=== RECORDS FOR PROCESSING ===
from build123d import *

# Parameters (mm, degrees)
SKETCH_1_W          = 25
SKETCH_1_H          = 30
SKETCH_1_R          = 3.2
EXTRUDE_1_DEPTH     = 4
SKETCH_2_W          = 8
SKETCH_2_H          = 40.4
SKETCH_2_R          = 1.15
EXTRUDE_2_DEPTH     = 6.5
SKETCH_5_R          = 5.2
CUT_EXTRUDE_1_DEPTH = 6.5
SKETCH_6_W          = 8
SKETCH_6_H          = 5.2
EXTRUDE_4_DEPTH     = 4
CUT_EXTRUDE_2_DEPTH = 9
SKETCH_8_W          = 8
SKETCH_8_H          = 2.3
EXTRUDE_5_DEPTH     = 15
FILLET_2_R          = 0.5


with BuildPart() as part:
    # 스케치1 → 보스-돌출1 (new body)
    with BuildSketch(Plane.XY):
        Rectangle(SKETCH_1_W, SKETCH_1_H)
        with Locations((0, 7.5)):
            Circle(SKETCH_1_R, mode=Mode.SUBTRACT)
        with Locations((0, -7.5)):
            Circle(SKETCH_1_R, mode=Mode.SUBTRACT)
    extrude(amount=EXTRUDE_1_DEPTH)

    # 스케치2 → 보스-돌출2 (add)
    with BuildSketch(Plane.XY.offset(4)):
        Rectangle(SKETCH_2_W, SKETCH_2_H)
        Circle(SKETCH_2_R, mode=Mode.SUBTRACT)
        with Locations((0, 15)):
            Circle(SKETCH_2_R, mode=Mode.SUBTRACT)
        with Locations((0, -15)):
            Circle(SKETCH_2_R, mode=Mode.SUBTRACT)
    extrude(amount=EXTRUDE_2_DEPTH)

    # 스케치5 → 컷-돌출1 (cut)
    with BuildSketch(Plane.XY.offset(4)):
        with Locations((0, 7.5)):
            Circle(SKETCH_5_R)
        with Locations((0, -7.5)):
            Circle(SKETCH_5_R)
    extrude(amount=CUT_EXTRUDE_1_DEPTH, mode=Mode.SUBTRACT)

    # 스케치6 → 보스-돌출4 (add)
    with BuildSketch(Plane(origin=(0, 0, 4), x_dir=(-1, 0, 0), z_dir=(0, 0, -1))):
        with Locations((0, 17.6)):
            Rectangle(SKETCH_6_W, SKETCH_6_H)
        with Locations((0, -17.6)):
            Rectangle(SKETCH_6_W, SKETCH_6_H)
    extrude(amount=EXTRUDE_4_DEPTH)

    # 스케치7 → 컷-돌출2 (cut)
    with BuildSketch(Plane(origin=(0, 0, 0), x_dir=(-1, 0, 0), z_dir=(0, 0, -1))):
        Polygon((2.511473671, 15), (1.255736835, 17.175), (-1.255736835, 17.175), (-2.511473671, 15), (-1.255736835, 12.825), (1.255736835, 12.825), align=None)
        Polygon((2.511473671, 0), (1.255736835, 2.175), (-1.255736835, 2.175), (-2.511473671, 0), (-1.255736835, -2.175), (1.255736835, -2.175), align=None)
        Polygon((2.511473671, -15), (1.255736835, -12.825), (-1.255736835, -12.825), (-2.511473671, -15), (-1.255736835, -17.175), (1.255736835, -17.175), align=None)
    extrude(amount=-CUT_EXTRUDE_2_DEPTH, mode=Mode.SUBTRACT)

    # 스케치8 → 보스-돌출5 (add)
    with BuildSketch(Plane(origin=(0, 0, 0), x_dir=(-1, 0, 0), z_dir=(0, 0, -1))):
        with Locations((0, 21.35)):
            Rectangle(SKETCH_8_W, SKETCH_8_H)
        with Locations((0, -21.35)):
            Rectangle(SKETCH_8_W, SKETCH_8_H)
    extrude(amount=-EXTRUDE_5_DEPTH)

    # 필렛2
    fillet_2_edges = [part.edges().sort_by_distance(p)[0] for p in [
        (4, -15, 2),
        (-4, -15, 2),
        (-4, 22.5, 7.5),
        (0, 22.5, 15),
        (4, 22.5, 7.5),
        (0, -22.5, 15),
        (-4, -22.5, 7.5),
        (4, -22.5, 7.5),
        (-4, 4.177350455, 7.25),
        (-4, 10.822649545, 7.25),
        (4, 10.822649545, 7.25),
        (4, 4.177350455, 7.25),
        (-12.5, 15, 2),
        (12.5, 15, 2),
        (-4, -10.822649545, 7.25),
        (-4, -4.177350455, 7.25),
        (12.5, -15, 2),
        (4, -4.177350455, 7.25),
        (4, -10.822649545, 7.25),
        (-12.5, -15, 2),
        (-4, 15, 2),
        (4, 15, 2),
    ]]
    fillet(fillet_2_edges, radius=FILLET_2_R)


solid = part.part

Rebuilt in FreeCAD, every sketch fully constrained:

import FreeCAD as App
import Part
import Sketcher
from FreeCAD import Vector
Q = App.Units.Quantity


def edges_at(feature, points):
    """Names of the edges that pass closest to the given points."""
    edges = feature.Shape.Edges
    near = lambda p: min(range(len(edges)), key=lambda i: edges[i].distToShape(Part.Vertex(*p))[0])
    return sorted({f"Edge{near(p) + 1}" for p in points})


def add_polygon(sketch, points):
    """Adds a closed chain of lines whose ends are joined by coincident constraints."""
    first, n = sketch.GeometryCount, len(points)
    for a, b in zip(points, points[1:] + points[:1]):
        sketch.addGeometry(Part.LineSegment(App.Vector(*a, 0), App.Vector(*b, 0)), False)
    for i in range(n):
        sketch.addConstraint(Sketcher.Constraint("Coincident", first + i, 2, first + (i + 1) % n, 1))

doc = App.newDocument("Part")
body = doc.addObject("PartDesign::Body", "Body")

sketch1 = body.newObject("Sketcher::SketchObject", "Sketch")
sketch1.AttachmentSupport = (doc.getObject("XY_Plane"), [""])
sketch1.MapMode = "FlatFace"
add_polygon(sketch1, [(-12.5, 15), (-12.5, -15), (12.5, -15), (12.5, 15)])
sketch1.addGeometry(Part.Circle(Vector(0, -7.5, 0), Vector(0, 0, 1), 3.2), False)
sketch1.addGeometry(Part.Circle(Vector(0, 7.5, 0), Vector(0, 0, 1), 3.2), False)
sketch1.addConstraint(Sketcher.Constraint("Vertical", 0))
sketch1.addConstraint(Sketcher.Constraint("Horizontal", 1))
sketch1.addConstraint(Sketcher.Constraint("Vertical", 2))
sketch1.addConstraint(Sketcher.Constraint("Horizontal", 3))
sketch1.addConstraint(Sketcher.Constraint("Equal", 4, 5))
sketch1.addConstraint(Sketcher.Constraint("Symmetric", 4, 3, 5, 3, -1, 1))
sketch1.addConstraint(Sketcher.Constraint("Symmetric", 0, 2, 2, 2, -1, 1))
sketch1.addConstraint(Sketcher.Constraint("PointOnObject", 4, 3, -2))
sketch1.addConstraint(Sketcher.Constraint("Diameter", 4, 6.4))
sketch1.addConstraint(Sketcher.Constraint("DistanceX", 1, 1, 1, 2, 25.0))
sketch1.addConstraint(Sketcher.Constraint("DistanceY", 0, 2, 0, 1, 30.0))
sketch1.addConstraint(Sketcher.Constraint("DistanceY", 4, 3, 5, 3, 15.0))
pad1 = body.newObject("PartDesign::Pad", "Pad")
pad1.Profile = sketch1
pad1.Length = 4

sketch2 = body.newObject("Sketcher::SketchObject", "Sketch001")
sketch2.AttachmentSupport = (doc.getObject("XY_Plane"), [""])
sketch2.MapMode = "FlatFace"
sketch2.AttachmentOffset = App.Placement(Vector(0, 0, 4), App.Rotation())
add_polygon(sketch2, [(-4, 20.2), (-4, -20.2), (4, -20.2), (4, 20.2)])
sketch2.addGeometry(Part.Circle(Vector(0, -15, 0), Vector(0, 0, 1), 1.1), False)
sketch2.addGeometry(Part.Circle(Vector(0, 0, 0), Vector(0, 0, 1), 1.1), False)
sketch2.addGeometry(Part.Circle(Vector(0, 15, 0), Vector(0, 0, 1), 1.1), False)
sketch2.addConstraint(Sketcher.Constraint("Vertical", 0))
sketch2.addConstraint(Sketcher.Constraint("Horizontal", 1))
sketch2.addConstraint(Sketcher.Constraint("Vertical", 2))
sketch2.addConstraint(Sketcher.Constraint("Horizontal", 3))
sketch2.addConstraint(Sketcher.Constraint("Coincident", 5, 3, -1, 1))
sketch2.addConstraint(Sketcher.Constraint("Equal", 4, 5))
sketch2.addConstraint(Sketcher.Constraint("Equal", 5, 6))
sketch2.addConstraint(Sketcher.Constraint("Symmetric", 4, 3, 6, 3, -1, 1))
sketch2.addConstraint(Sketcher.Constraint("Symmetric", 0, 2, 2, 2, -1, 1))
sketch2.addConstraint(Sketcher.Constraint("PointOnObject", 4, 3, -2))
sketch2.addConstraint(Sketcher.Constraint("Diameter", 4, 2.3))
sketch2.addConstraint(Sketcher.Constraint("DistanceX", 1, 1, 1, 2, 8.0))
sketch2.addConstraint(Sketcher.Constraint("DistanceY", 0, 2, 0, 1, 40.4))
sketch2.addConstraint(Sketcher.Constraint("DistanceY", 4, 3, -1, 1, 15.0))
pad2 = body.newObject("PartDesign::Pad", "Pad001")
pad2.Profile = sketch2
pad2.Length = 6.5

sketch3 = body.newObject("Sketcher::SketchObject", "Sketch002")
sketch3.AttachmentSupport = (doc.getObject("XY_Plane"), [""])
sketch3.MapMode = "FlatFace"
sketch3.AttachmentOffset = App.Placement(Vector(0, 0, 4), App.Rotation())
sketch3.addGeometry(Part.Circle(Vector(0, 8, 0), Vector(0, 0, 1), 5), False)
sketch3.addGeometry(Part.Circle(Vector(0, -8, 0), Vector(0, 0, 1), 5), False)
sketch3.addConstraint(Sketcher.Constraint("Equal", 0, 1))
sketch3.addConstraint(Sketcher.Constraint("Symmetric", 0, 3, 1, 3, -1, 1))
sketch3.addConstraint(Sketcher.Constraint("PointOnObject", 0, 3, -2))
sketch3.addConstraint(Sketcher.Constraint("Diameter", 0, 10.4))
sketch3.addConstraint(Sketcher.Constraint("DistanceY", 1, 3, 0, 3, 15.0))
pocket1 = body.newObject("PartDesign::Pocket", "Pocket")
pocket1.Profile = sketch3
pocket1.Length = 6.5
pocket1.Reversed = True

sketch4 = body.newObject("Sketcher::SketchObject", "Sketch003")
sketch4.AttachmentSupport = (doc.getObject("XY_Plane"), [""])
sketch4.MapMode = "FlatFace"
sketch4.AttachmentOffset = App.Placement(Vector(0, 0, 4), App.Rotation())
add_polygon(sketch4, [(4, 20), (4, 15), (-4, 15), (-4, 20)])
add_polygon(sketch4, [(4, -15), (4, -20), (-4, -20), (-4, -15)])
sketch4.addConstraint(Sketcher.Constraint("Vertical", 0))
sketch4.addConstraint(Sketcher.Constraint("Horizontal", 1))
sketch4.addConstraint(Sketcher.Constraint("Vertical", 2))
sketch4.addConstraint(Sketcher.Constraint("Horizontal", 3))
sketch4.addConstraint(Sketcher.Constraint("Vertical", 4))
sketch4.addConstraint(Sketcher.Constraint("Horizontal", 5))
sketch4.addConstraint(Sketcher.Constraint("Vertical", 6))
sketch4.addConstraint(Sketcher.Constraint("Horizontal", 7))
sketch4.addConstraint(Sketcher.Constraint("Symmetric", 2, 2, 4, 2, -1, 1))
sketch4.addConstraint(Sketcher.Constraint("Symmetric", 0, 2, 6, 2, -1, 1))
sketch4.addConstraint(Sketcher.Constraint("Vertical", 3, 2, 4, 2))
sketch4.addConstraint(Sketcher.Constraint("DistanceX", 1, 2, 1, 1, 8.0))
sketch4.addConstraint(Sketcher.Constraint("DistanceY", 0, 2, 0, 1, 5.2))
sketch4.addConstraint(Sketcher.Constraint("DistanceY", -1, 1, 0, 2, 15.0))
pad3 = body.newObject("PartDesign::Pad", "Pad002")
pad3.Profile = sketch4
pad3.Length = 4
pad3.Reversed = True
===
> TASK PROMPT
For this task, write out exactly the lines of the entries above, starting at the line with "Rectangle(SKETCH_1_W, SKETCH_1_H)" and ending at the line with "Rectangle(SKETCH_2_W, SKETCH_2_H)", both included, and no others.

> RESPONSE TO THIS TASK
        Rectangle(SKETCH_1_W, SKETCH_1_H)
        with Locations((0, 7.5)):
            Circle(SKETCH_1_R, mode=Mode.SUBTRACT)
        with Locations((0, -7.5)):
            Circle(SKETCH_1_R, mode=Mode.SUBTRACT)
    extrude(amount=EXTRUDE_1_DEPTH)

    # 스케치2 → 보스-돌출2 (add)
    with BuildSketch(Plane.XY.offset(4)):
        Rectangle(SKETCH_2_W, SKETCH_2_H)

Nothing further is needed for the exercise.